Friday, Feb. 19, 1965

Another Kind of Crisis

Hong Kong's British garrison was put on the alert last week, and police leaves were canceled. Governor Sir David Trench appealed for calm over radio and TV. The stock market dipped. The crown colony was having something of a crisis, but it had nothing to do with the escalating warfare in South Viet Nam. It was caused instead by a run on a handful of Hong Kong's Chinese-owned banks.

The Chinese, who comprise 98% of Hong Kong's population, have traditionally distrusted banks, preferring to keep their savings in the form of jewels in a safe or gold under a mattress or in their teeth. Such suspicion has waned considerably, however, as Hong Kong has become mainland Asia's leading trade and banking center, with a long-stable currency that is fully backed by Britain. Last year the colony's 80 banks hit a record $1 billion in deposits.

This confidence was shaken when the Chinese New Year, always a time of free spending, produced heavier than usual calls for cash. Unable to meet the unexpected demand, two small banks, Ming Tak and Canton Trust & Commercial, closed their doors in the face of clamoring depositors. As news of the closings spread, panicked shop and office workers abandoned their jobs to queue up in lines as long as 500 yards outside a dozen more banks. Thousands slept on sidewalks overnight to keep their places in line.

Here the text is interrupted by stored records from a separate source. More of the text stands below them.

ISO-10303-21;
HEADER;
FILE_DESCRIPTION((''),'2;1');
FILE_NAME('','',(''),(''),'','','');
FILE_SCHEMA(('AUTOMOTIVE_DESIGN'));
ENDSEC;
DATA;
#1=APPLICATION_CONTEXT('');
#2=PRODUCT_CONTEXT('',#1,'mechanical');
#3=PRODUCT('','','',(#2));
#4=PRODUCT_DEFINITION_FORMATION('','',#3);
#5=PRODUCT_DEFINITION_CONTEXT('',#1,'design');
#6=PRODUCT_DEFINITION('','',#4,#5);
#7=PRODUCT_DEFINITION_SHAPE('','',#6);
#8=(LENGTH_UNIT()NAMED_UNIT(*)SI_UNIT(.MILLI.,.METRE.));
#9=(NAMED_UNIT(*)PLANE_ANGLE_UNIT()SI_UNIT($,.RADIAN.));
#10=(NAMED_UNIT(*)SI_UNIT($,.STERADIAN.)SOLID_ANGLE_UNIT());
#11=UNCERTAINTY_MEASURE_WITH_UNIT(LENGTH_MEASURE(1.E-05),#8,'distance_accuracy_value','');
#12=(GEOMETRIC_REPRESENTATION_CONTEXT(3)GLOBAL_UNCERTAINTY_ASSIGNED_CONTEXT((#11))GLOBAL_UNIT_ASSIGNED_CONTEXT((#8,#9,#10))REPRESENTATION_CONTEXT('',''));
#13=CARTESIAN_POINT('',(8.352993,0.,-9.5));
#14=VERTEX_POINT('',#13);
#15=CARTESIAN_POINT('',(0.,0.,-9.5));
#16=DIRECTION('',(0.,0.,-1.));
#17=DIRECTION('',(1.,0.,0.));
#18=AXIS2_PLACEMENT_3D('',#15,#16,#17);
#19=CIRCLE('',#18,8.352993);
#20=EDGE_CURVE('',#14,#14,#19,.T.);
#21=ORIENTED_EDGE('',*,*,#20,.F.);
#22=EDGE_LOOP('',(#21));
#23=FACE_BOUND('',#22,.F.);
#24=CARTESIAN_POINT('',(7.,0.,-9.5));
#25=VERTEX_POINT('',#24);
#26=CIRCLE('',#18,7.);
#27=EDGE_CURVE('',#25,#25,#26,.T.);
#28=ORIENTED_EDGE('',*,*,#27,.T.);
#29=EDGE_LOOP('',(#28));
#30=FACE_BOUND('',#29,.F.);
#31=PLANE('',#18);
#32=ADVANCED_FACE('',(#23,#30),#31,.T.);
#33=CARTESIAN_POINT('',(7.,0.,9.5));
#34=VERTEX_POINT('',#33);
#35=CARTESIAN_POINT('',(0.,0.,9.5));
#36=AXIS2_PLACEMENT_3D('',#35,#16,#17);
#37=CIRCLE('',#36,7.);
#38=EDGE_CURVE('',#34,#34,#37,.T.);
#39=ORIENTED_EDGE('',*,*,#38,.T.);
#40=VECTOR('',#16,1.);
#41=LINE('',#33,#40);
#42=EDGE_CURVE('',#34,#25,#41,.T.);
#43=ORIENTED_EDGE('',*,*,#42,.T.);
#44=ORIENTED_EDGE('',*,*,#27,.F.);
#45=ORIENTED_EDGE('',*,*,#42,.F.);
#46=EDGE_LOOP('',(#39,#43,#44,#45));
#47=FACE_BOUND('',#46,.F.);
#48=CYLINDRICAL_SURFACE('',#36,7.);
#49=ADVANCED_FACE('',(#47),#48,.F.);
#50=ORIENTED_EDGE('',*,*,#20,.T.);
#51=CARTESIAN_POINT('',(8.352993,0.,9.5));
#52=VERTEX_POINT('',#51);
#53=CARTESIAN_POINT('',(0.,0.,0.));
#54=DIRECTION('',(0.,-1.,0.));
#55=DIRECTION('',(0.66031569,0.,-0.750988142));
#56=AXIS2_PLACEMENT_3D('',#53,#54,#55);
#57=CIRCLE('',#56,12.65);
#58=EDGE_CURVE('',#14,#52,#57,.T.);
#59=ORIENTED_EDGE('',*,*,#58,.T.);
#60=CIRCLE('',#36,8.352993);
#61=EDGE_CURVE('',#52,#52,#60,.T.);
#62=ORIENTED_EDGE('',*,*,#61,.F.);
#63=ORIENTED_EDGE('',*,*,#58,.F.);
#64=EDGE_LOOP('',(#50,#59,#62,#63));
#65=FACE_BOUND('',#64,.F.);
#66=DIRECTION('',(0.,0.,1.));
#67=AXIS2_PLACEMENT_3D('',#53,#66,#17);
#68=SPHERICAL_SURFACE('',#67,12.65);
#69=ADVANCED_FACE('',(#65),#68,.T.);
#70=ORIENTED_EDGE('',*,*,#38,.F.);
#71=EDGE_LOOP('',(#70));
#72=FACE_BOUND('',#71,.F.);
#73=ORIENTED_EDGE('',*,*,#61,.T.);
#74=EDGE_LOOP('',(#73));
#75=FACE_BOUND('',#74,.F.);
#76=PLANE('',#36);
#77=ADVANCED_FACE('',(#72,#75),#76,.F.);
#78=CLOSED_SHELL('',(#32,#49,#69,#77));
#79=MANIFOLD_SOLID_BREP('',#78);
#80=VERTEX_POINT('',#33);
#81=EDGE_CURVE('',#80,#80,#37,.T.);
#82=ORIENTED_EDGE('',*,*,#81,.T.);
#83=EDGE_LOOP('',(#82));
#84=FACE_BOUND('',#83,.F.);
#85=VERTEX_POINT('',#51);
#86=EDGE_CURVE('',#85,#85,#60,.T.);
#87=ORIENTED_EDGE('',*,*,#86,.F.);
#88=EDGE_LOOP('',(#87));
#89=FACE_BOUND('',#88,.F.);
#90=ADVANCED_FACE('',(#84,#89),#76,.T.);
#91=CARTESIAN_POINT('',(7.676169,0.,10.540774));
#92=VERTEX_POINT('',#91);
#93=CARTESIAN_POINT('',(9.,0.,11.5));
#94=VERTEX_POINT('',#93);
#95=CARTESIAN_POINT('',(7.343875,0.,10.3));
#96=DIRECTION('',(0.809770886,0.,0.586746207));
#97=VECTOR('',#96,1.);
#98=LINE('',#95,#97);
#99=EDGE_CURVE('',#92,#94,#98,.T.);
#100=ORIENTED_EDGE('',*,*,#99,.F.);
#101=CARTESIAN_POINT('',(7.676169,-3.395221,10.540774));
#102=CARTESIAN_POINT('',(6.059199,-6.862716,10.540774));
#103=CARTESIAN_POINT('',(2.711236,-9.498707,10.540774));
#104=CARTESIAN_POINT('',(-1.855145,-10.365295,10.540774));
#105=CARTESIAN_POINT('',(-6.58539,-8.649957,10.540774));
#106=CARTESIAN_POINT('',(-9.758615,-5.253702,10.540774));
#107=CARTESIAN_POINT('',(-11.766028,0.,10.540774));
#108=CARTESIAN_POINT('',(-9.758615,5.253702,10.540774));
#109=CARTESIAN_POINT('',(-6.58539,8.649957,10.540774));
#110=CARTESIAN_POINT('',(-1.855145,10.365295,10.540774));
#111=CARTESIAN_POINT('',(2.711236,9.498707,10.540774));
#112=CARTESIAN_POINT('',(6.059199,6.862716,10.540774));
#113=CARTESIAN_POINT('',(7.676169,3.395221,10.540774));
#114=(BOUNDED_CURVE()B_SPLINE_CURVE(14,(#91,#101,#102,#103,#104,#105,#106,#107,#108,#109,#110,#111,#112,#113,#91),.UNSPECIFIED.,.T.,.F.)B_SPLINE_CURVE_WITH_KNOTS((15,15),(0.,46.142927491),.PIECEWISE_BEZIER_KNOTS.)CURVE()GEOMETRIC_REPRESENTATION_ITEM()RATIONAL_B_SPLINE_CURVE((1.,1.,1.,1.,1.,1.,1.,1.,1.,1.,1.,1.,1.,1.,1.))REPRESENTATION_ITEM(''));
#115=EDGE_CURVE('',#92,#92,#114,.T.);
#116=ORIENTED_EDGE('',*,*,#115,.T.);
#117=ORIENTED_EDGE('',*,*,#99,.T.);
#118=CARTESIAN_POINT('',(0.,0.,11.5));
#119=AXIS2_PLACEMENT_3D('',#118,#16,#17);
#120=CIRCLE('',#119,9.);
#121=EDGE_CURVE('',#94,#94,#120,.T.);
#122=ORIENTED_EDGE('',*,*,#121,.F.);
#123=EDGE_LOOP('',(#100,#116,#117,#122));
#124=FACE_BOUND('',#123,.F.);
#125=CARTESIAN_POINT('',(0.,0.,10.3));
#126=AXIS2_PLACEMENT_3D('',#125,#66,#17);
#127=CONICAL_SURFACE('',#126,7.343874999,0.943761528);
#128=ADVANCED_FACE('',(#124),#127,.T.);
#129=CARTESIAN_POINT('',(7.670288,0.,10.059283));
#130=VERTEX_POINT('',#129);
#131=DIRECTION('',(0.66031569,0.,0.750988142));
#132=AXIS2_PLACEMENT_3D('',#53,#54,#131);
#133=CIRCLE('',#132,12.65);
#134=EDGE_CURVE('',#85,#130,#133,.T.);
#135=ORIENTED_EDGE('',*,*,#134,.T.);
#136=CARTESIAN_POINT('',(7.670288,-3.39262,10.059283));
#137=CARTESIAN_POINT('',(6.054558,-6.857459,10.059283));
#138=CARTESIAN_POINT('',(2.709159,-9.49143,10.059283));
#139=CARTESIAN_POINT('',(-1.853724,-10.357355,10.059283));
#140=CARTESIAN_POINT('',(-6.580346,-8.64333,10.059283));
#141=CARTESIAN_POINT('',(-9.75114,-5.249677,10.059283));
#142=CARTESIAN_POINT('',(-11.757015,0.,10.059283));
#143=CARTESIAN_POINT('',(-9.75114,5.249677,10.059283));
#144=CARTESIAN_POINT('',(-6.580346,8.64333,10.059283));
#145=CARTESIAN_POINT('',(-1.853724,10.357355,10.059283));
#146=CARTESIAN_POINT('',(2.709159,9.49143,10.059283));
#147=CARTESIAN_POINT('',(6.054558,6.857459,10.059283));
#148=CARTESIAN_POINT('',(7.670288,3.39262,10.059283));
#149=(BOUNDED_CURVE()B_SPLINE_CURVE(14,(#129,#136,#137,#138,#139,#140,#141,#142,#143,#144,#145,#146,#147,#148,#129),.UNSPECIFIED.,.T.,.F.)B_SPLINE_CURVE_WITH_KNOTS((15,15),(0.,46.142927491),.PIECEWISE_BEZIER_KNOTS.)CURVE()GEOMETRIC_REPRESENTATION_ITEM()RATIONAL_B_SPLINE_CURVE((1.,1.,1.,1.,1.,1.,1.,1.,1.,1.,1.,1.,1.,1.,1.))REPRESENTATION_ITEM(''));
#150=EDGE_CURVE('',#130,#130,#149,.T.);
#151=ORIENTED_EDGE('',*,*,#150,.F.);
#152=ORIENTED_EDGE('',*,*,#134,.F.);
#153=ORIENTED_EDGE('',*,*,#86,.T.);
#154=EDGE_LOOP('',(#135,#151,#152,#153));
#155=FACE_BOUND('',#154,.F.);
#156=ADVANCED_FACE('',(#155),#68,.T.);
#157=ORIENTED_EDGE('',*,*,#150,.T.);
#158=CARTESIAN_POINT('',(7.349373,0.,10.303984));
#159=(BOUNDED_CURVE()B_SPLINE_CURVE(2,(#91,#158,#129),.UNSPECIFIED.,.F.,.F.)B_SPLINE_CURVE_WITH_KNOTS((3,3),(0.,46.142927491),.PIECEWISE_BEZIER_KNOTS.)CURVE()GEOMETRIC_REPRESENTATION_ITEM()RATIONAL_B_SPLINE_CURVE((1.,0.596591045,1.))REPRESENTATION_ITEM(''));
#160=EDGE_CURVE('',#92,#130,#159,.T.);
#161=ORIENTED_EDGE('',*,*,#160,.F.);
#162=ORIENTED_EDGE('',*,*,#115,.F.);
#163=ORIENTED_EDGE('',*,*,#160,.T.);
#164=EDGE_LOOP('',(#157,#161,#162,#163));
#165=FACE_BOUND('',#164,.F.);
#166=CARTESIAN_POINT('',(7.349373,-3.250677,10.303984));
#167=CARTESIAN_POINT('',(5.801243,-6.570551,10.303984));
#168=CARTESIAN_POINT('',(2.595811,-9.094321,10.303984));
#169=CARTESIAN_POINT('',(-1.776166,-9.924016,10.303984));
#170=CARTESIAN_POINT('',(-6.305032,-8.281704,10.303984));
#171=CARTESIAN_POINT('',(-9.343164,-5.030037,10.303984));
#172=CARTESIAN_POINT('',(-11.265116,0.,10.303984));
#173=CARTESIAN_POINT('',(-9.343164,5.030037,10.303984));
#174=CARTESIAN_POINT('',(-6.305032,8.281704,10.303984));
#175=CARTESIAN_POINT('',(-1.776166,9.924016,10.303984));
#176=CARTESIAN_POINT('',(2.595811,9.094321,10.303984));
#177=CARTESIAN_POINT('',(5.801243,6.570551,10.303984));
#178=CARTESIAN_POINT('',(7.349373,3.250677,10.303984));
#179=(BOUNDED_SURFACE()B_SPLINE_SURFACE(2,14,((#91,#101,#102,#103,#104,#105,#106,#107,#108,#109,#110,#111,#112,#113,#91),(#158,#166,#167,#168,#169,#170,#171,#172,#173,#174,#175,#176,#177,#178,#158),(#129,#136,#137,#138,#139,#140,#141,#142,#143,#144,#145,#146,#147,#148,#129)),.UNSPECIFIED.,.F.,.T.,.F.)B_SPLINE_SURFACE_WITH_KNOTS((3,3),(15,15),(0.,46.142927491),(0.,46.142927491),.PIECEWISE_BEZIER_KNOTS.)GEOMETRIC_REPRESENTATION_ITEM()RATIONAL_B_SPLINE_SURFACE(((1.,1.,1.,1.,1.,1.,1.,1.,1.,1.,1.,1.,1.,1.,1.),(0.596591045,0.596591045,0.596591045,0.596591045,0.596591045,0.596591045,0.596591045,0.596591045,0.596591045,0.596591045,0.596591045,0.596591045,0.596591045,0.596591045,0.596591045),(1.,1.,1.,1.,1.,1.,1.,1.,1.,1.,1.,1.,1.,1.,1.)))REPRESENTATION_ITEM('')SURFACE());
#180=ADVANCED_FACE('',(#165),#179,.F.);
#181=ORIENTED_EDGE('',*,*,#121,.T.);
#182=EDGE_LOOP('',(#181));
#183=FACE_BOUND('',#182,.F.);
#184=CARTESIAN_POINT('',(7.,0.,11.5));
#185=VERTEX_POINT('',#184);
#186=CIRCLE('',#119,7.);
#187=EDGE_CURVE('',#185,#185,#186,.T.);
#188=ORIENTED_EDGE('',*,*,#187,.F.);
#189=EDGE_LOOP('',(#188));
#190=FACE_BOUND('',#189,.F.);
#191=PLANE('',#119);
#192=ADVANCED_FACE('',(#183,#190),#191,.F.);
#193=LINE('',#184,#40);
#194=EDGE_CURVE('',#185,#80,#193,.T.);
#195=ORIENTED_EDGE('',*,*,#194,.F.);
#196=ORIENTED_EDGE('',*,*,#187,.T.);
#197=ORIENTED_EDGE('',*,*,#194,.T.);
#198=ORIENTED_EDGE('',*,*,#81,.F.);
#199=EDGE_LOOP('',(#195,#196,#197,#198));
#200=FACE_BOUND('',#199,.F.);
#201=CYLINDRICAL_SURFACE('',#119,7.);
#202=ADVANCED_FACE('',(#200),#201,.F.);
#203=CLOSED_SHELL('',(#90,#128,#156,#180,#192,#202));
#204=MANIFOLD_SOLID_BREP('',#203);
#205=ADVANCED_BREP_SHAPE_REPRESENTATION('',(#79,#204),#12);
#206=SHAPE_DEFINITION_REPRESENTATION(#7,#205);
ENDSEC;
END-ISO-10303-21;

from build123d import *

# Parameters (mm, degrees)
F2_R = 0.3


with BuildPart() as f1:
    # F0 (on Front) → F1 (revolve)
    with BuildSketch(Plane.XZ):
        with BuildLine():
            ThreePointArc((7, 10.5367215015), (7.1729141054, 10.4197794236), (7.3438749989, 10.3))
            Line((7.3438749989, 10.3), (9, 11.5))
            Line((9, 11.5), (7, 11.5))
            Line((7, 11.5), (7, 10.5367215015))
        make_face()
        with BuildLine():
            ThreePointArc((8.3529934754, 9.5), (7.8586207425, 9.9128492385), (7.3438749989, 10.3))
            ThreePointArc((7.3438749989, 10.3), (7.1729141054, 10.4197794236), (7, 10.5367215015))
            Line((7, 10.5367215015), (7, 9.5))
            Line((7, 9.5), (8.3529934754, 9.5))
        make_face()
    revolve(axis=Axis((0, 0, 9.4776125625), (0, 0, -1)))

    # F2
    f2_edges = [f1.edges().sort_by_distance(p)[0] for p in [
        (-7.343875, 0, 10.3),
    ]]
    fillet(f2_edges, radius=F2_R)


with BuildPart() as f3:
    # F0 (on Front) → F3 (revolve)
    with BuildSketch(Plane.XZ):
        with BuildLine():
            ThreePointArc((8.3529934754, -9.5), (12.65, 0), (8.3529934754, 9.5))
            Line((8.3529934754, 9.5), (7, 9.5))
            Line((7, 9.5), (7, -9.5))
            Line((7, -9.5), (8.3529934754, -9.5))
        make_face()
    revolve(axis=Axis((0, 0, 9.4776125625), (0, 0, -1)))


solid = Compound([f1.part, f3.part])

Curiously, none of the colony's Red Chinese-owned banks was affected, a fact that led to rumors that Peking agents had done their bit to help the panic along. On the air, the Governor pointed out that the problem was not financial weakness but only a shortage of Hong Kong's local paper currency. To stem the run, the government ordered 5,000,000 British -L- 1 notes flown from the Bank of England by chartered jet, imposed a temporary $17.50-a-day limit on cash withdrawals. With another -L- 35 million in bank notes scheduled to be flown from London soon, the run subsided by week's end. To dramatize its solvency and calm its customers, one Chinese bank used psychology: it piled a hoard of gold bars on the counter for all to see.